Adjusted analyses indicated that only age was inversely associated with vigorous physical activity: participants aged 65 + years were 57% less likely to do any vigorous intensity physical activity than those who were 45-54years. However, approximately one third of both men and women did at least one minute per day in vigorous intensity activities. This is important given previous research showing small amounts of high-intensity habitual physical activity, such as one minute per day, can be beneficial for health (10, 11). This type of physical activity participation may provide more viable opportunities for people reluctant or disinterested in vigorous activity participation generally.
This study has several strengths. Physical activity was measured using accelerometry which is less susceptible to the biases associated with recall and social desirability intrinsic to self-reported measures (4). The use of device measured MVPA accumulated in different bout lengths provides the opportunity to understand the potential importance of less structured activities (i.e. activities that were not sustained for at least 10 minutes), accumulated throughout the day, for health outcomes. The use of raw data is a strength because it allows comparability between studies, regardless of decisions about data processing (13). The participants were part of a larger randomly selected population-based sample, which enabled us to examine a range of sociodemographic variables and contributes to the generalisability of results.
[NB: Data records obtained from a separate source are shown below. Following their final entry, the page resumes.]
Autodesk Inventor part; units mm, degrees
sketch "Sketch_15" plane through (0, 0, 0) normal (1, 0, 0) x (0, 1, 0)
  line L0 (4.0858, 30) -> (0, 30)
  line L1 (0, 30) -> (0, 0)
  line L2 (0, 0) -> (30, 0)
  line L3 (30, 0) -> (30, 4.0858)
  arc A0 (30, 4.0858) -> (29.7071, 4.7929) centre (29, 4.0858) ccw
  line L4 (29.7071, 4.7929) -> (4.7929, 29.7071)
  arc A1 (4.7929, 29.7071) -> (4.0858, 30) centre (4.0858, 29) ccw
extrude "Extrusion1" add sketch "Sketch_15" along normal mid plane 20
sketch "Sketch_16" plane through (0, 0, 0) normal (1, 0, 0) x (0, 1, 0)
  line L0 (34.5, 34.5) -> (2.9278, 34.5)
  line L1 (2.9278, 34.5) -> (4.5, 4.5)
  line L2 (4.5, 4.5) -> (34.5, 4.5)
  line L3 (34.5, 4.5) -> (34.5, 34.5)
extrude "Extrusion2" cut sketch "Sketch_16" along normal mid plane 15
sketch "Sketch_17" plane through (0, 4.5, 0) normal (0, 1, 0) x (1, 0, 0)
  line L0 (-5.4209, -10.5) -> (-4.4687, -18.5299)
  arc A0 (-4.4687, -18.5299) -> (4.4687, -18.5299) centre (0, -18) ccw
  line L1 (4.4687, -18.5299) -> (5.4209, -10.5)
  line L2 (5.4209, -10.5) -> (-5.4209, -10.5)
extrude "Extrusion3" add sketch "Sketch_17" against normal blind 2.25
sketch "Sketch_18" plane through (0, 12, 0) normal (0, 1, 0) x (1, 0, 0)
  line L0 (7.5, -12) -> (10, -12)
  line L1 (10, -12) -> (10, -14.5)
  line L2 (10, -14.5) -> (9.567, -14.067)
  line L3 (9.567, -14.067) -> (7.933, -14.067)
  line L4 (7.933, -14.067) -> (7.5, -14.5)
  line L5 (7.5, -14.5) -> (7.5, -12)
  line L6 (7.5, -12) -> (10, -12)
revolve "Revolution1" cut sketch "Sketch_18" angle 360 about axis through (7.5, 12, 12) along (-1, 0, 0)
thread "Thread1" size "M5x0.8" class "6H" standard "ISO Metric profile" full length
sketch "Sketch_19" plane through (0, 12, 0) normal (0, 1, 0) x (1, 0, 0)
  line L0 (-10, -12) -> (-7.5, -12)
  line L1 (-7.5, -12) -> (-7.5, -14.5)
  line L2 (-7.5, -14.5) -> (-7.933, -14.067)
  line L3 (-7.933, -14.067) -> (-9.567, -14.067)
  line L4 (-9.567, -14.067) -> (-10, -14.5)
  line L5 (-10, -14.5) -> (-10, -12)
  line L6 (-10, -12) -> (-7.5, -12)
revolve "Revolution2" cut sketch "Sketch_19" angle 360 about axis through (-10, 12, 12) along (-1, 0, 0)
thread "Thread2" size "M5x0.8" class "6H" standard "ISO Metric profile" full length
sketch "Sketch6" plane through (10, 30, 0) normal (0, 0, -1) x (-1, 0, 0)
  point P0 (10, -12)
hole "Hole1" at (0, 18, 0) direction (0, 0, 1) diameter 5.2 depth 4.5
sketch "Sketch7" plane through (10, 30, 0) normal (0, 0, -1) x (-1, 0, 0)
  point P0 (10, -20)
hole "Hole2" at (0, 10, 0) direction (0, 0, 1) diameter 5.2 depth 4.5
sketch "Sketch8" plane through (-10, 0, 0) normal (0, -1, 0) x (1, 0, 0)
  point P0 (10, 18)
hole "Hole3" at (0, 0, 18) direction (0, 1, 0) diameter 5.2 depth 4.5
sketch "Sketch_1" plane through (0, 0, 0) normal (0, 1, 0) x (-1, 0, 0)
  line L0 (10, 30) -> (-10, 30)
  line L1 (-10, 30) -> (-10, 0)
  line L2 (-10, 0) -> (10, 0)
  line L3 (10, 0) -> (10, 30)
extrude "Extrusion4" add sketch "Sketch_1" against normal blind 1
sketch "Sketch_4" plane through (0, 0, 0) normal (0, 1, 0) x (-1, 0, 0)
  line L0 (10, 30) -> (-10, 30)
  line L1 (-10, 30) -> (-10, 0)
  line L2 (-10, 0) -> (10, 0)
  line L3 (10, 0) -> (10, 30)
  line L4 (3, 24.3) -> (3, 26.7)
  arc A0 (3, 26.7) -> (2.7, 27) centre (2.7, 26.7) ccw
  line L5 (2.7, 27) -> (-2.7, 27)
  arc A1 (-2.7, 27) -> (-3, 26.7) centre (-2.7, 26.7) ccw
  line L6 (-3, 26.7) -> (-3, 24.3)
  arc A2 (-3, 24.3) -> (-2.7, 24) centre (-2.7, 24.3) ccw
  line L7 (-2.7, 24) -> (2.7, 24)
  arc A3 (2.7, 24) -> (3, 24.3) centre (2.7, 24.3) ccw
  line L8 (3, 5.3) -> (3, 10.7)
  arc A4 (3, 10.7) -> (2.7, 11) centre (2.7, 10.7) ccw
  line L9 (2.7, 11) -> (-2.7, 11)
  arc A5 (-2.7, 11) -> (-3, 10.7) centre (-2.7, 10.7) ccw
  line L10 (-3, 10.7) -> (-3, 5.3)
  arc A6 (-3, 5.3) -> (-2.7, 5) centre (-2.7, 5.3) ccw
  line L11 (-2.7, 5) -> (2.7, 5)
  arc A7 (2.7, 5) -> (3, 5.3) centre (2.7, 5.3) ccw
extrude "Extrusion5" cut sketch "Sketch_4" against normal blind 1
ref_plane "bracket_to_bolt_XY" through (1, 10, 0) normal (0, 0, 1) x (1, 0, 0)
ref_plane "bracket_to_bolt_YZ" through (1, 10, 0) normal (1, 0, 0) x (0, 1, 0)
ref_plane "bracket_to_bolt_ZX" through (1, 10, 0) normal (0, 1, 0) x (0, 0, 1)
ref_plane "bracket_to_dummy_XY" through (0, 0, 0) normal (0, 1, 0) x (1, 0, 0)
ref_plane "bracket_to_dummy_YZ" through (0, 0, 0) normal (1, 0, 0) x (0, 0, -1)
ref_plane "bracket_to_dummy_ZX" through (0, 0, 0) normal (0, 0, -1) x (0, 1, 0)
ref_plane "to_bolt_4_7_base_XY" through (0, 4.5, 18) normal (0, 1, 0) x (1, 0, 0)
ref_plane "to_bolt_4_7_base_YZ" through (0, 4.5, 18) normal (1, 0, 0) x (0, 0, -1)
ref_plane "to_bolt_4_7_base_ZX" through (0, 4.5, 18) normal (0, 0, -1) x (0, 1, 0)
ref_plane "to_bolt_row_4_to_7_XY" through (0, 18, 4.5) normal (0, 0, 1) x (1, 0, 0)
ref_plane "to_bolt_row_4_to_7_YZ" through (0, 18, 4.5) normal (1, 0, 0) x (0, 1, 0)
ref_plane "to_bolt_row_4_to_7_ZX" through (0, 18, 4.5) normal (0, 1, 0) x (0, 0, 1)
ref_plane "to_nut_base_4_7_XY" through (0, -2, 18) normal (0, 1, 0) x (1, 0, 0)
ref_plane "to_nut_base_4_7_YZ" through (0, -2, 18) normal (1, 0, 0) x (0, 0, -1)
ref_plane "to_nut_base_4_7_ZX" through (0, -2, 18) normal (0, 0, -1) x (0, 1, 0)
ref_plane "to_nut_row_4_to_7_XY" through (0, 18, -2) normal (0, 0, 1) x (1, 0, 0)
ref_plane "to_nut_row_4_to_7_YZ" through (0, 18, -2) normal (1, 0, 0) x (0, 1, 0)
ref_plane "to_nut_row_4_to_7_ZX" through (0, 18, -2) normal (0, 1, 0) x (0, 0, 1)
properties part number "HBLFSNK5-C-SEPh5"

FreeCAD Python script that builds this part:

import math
import FreeCAD as App
import Part
import Sketcher

V = App.Vector
Q = App.Units.Quantity


def add_polygon(sketch, points):
    """Adds a closed chain of lines whose ends are joined by coincident constraints."""
    first, n = sketch.GeometryCount, len(points)
    for a, b in zip(points, points[1:] + points[:1]):
        sketch.addGeometry(Part.LineSegment(App.Vector(*a, 0), App.Vector(*b, 0)), False)
    for i in range(n):
        sketch.addConstraint(Sketcher.Constraint("Coincident", first + i, 2, first + (i + 1) % n, 1))

doc = App.newDocument("Part")
body = doc.addObject("PartDesign::Body", "Body")

# Sketch on YZ plane
sketch1 = body.newObject("Sketcher::SketchObject", "Sketch")
sketch1.AttachmentSupport = (doc.getObject("YZ_Plane"), [""])
sketch1.MapMode = "FlatFace"
sketch1.addGeometry([
    Part.ArcOfCircle(Part.Circle(V(4.1, 29, 0), V(0, 0, 1), 1), math.radians(45), math.radians(90)),  # 0
    Part.LineSegment(V(4.1, 30, 0), V(0, 30, 0)),  # 1
    Part.LineSegment(V(0, 30, 0), V(0, 0, 0)),  # 2
    Part.LineSegment(V(0, 0, 0), V(30, 0, 0)),  # 3
    Part.LineSegment(V(30, 0, 0), V(30, 4.1, 0)),  # 4
    Part.ArcOfCircle(Part.Circle(V(29, 4.1, 0), V(0, 0, 1), 1), math.radians(0), math.radians(45)),  # 5
    Part.LineSegment(V(29.7, 4.8, 0), V(4.8, 29.7, 0)),  # 6
], False)
sketch1.addConstraint([
    Sketcher.Constraint("Tangent", 0, 2, 1, 1),
    Sketcher.Constraint("Coincident", 1, 2, 2, 1),
    Sketcher.Constraint("Coincident", 2, 2, 3, 1),
    Sketcher.Constraint("Coincident", 3, 2, 4, 1),
    Sketcher.Constraint("Tangent", 4, 2, 5, 1),
    Sketcher.Constraint("Tangent", 5, 2, 6, 1),
    Sketcher.Constraint("Tangent", 6, 2, 0, 1),
    Sketcher.Constraint("Horizontal", 1),
    Sketcher.Constraint("Vertical", 2),
    Sketcher.Constraint("Horizontal", 3),
    Sketcher.Constraint("Vertical", 4),
    Sketcher.Constraint("Coincident", 2, 2, -1, 1),
    Sketcher.Constraint("Equal", 0, 5),
    Sketcher.Constraint("Equal", 3, 2),
    Sketcher.Constraint("Equal", 1, 4),
    Sketcher.Constraint("Radius", 0, 1.0),
    Sketcher.Constraint("DistanceX", 3, 1, 3, 2, 30.0),
    Sketcher.Constraint("Distance", 6, 35.234),
])
pad1 = body.newObject("PartDesign::Pad", "Pad")
pad1.Profile = sketch1
pad1.Length = 20
pad1.Midplane = True

# Sketch on YZ plane
sketch2 = body.newObject("Sketcher::SketchObject", "Sketch001")
sketch2.AttachmentSupport = (doc.getObject("YZ_Plane"), [""])
sketch2.MapMode = "FlatFace"
add_polygon(sketch2, [(34, 4), (34, 34), (3, 34), (4, 4)])  # lines 0-3
sketch2.addConstraint([
    Sketcher.Constraint("Vertical", 0),
    Sketcher.Constraint("Horizontal", 1),
    Sketcher.Constraint("Horizontal", 3),
    Sketcher.Constraint("Equal", 3, 0),
    Sketcher.Constraint("DistanceX", 3, 1, 3, 2, 30.0),
    Sketcher.Constraint("Angle", 2, Q("-87 deg")),
    Sketcher.Constraint("DistanceX", -1, 1, 0, 2, 34.5),
    Sketcher.Constraint("DistanceY", -1, 1, 0, 2, 34.5),
])
pocket1 = body.newObject("PartDesign::Pocket", "Pocket")
pocket1.Profile = sketch2
pocket1.Length = 15
pocket1.Midplane = True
Some limitations of our study should be considered. This study was based on data from a subsample of the original cohort. Although the analytical sample is likely representative of Brisbane residents, there is slight over representation of individuals with high socioeconomic position, who tend to more active (based on self-report data) than more disadvantaged participants (16). Hence physical activity levels in our study may be overestimated. By estimating physical activity using accelerometers, we were unable to provide the context or domains (e.g. leisure, transportation, work-based) of physical activity. Future studies could integrate objective measures of physical activity and self-report data for more description. Studies could also use GPS data to identify the local and type of physical activity. This study was conducted in one major metropolitan city in Australia, which may not generalise to other areas, in particular rural and remote locations. As the study participants were drawn from those who had a history of responding to the larger mail study, it may be that the participants were healthier and more interested in the study focus.